I grew up in the neighborhood of Bir al-‘Abed. As pictures emerged of Malak Zahwi and Ali Khadra (two of the now five people killed when a car bomb went off in the neighborhood on Thursday 2 January 2014), I noticed how some people appeared amazed to see these "civilians" dead in Dahiyeh. It made me realize that my Dahiyeh might not resemble the Dahiyeh many Lebanese have never even visited, but have certainly conceived in their imagination. It is something they ignored, they judged, and (some) even hated.
Your Dahiyeh is a Hizballah security zone. My Dahiyeh is where I enjoyed endless chocolate and vanilla ice cream cones from Hassoun`s shop for five hundred Lebanese liras. My Dahiyeh is Ayat`s delicious hamburger meal and Abu Mohammad`s candy shop—where I always managed to come out of with enough sweets and chocolate bars to give myself a stomach ache no matter how little my allowance was back then.
My Dahiyeh is Sadaka`s pink glowing bicycles sitting right outside our balcony that the Hajj always brought outside first thing in the morning; clean and polished, making every little girl`s birthday gift dream come true—or at least something to dream about every night before going to bed.
Your Dahiyeh is a stereotype of an all-Shi‘a, all-Hizballah land. My Dahiyeh is me, my family, and our fifth floor neighbor, tante Marie—the neighborhood`s nurse, who was there through the worst of the civil war.
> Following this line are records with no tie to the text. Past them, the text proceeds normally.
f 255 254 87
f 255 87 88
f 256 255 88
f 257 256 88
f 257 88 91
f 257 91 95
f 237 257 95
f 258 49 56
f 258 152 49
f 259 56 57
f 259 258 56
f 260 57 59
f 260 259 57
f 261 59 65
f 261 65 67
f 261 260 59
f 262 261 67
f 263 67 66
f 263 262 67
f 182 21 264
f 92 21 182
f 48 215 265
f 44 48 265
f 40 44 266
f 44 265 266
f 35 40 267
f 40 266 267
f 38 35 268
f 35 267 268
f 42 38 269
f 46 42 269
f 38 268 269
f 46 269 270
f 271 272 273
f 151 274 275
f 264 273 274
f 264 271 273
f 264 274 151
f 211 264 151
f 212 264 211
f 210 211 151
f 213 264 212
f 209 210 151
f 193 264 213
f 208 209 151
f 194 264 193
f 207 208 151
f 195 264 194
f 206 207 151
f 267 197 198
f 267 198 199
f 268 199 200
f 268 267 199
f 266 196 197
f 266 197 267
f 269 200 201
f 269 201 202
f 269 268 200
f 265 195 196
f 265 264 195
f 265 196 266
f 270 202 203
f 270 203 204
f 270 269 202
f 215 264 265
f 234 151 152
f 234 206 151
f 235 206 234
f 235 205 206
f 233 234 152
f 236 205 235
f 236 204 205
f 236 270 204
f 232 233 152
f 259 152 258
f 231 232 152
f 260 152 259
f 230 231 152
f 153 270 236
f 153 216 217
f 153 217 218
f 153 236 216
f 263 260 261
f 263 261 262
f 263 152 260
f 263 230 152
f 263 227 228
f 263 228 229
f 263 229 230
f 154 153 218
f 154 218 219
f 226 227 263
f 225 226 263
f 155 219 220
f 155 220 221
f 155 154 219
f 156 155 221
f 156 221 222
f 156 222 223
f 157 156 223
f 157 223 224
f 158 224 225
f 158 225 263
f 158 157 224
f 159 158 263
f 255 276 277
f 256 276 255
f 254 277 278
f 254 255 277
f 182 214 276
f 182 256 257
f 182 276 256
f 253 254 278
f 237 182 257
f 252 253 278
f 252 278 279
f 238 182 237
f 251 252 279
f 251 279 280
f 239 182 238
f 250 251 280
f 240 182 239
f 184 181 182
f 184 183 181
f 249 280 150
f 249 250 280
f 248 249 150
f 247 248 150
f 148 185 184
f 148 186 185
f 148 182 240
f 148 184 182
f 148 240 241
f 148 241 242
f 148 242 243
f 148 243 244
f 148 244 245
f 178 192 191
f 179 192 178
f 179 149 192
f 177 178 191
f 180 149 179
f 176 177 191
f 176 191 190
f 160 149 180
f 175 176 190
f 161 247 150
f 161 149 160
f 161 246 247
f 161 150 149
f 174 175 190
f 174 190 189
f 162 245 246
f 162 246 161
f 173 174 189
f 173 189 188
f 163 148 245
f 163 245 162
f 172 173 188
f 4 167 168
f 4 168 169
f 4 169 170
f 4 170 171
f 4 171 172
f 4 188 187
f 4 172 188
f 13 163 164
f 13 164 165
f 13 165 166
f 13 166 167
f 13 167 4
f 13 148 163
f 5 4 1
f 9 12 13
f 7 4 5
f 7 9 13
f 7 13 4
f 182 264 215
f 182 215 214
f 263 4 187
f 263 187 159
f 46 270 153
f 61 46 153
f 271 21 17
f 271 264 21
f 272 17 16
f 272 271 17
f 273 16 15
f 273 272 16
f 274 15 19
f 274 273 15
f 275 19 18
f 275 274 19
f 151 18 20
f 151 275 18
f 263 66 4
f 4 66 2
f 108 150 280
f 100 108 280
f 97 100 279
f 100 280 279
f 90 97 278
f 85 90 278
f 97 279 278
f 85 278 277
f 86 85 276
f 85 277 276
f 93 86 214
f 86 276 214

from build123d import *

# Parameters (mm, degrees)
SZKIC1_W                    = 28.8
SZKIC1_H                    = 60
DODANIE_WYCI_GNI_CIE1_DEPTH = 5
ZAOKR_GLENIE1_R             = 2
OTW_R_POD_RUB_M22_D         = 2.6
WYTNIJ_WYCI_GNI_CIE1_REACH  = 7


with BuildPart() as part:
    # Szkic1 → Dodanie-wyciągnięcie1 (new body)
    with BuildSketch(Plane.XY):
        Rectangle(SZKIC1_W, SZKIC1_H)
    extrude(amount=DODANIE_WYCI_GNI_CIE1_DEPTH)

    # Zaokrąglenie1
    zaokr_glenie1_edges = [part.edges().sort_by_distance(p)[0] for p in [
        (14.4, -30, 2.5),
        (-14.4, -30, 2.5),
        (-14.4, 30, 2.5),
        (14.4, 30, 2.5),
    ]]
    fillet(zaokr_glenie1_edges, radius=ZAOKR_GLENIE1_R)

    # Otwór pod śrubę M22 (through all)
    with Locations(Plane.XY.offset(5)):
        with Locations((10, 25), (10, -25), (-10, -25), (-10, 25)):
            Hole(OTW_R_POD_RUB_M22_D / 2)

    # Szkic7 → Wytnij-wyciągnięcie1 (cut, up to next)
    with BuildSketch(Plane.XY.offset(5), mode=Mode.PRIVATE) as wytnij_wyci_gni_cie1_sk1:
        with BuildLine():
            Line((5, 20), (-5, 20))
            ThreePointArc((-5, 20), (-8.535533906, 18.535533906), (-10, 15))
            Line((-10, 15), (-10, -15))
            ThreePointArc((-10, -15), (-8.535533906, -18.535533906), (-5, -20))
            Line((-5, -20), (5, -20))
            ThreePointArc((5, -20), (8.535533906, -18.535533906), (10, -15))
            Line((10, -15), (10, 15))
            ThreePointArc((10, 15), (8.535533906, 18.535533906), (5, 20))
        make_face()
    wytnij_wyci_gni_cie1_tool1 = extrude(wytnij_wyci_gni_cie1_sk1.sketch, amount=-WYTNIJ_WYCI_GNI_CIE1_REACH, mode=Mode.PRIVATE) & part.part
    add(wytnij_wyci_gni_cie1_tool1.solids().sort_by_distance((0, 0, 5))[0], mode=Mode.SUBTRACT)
My Dahiyeh is the most welcoming and respectful attitude you could expect while accompanying my aunt—who is a nun—every time she came to visit us at our home.
My Dahiyeh is my dad`s stories of his inherited home that had been through it all, where once only a few other houses and nothing but orange groves surrounded the area. My Dahiyeh is our second floor neighbors, the Kalakesh family, whose house was always clean, neat, and smelled like fresh detergent. It is our next-door neighbor Hasib who always felt perfectly at ease singing and shouting to his mom and brother (Ali) from the ground floor parking lot. It is our neighbor, the famous guy who was always on TV giving interviews in formal suits, but who wandered around in his underwear and flannel shirt whenever he was on his balcony. It is Bazzi`s frightening deep, cigarette-infected voice that I was convinced was that of Satan himself. It is Umm Tarraf`s Lebanese bread bag, which she managed to balance on her head even though her back was as low as an eight-year-old`s.
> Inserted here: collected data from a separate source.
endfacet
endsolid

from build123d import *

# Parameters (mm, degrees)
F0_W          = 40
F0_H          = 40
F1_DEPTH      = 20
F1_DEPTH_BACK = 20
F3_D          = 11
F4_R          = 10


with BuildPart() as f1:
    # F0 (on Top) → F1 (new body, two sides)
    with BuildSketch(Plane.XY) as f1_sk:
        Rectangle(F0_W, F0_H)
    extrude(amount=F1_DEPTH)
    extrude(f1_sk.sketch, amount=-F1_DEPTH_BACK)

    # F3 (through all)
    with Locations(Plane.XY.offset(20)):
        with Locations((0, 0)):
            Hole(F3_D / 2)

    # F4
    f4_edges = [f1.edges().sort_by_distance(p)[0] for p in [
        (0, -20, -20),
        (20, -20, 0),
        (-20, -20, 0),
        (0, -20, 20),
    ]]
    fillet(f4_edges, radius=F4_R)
Your Dahiyeh might be where people have privileges, and do not suffer as much as you do. My Dahiyeh is where middle- to lower-class families lived with little electricity and not enough water, and drowned every winter (as many Lebanese do) in the heavy rain—which I loved watching fall from our dining room window.
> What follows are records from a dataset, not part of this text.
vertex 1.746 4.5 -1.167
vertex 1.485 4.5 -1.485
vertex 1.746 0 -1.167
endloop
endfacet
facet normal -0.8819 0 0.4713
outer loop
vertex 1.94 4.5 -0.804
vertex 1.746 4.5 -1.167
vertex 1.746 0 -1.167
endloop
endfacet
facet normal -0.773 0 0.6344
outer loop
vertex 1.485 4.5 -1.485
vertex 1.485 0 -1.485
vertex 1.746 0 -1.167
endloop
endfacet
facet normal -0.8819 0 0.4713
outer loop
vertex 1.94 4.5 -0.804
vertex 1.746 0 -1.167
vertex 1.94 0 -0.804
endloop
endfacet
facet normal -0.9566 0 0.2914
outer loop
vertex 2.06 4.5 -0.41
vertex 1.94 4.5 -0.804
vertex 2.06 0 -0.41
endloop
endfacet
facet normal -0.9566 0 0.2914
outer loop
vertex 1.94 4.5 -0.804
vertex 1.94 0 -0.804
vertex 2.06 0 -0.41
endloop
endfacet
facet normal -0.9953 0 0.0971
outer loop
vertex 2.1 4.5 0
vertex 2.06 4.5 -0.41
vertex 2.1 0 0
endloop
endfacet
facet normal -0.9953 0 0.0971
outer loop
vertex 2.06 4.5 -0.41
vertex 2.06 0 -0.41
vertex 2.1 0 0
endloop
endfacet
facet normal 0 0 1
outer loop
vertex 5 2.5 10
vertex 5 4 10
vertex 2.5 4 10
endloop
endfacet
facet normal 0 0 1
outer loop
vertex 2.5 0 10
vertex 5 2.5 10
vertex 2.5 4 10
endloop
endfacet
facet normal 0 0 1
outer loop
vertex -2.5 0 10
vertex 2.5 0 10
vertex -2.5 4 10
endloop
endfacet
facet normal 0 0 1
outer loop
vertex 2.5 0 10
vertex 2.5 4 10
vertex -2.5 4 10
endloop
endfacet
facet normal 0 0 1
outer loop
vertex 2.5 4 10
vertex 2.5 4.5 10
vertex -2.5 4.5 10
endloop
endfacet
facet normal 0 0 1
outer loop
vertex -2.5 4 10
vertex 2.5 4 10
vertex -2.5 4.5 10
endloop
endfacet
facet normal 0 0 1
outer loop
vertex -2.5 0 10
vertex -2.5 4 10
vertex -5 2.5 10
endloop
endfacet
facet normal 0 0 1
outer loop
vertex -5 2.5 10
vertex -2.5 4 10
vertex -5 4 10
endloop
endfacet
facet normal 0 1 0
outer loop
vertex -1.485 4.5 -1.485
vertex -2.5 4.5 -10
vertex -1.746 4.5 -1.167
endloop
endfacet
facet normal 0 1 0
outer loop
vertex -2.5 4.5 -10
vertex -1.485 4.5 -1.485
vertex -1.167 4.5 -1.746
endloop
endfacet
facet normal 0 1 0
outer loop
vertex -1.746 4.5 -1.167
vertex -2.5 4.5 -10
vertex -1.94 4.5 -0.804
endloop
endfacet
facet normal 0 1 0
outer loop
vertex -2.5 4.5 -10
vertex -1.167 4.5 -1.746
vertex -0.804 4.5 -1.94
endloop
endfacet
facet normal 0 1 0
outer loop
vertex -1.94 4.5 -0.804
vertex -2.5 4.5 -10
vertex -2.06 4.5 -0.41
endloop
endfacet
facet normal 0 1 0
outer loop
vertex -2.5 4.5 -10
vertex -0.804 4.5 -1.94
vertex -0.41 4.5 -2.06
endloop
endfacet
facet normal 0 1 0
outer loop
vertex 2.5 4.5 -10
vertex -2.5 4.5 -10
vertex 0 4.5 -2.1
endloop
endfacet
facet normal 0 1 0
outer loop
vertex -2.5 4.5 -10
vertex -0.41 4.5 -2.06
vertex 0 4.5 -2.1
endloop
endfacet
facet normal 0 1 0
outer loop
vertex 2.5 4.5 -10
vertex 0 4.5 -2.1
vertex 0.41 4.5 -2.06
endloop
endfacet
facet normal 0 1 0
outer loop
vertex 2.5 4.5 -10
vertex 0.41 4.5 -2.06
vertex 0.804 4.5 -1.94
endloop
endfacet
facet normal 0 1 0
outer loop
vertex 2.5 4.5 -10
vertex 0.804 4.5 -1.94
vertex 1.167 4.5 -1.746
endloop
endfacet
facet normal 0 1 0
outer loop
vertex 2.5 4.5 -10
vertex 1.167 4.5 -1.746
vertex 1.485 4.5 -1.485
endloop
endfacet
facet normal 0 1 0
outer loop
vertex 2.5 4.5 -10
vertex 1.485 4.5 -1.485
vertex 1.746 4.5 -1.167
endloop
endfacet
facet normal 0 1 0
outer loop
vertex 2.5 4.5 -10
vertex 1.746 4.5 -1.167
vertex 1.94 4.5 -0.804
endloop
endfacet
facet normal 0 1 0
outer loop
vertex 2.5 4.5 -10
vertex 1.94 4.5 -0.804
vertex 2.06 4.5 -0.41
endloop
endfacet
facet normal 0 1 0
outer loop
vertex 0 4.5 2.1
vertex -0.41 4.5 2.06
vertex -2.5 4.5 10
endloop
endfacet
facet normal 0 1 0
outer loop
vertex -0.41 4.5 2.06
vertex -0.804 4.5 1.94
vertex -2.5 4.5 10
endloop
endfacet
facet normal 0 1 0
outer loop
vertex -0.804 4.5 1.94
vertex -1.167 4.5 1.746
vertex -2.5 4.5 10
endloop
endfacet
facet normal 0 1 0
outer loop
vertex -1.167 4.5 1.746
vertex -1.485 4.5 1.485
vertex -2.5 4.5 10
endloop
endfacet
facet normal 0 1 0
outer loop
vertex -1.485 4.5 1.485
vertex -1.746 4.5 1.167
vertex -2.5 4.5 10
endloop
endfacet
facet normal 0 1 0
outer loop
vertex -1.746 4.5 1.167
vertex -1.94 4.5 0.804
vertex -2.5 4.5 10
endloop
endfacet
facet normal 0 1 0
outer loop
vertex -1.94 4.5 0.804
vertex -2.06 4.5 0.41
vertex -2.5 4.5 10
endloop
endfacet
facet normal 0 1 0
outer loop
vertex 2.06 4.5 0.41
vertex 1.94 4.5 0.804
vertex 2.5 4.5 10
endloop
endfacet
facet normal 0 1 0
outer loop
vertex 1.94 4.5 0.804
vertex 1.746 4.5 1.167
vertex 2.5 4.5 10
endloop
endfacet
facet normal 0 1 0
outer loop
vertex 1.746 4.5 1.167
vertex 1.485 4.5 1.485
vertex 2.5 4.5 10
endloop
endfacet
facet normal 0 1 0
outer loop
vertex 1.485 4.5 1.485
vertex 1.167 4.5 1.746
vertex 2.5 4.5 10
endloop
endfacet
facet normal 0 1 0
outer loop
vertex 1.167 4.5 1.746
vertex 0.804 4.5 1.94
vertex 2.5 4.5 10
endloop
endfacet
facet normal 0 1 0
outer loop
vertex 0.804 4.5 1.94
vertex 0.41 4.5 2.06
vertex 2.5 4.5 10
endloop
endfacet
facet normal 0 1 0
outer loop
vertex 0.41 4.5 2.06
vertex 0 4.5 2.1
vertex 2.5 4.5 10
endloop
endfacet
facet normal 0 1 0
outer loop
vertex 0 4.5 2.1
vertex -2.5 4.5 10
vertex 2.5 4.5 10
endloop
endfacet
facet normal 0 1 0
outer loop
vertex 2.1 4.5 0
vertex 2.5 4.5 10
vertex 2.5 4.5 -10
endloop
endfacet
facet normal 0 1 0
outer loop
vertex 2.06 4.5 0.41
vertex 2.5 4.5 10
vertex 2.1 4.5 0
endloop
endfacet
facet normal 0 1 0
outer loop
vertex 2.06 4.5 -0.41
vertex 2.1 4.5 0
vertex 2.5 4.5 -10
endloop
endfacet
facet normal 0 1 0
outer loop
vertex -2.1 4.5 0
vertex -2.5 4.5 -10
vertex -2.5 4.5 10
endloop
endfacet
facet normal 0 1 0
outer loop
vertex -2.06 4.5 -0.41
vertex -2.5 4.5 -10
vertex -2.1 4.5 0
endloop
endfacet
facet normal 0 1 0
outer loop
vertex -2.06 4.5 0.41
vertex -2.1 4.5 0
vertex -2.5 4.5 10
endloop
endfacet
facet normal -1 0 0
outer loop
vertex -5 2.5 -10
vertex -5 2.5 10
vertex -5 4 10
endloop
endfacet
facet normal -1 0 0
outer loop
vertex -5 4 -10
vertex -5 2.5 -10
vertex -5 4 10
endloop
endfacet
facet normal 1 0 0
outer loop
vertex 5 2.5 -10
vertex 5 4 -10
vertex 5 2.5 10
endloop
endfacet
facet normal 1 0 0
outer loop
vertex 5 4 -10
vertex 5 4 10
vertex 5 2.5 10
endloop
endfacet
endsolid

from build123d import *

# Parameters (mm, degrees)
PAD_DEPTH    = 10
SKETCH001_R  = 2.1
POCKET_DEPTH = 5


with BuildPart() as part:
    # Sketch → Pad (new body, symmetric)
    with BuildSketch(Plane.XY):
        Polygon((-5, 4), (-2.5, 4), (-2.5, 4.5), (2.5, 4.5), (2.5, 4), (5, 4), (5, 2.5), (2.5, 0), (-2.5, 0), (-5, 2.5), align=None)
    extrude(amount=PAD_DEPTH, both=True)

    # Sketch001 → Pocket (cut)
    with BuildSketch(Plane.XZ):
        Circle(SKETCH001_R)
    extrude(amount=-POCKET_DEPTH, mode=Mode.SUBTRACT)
My Dahiyeh is the closet that reached our ceiling. I used to hang my paintings and drawings on each of its knobs. Israel`s 1996 “Operation Grapes of Wrath” on Lebanon meant my paintings had to disappear while I was staying at my teyta`s home in the north. My Dahiyeh is my painting of "The Grapes of Peace," a painting I used to relaunch my homemade exhibition space in that very same closet... in my Dahiyeh.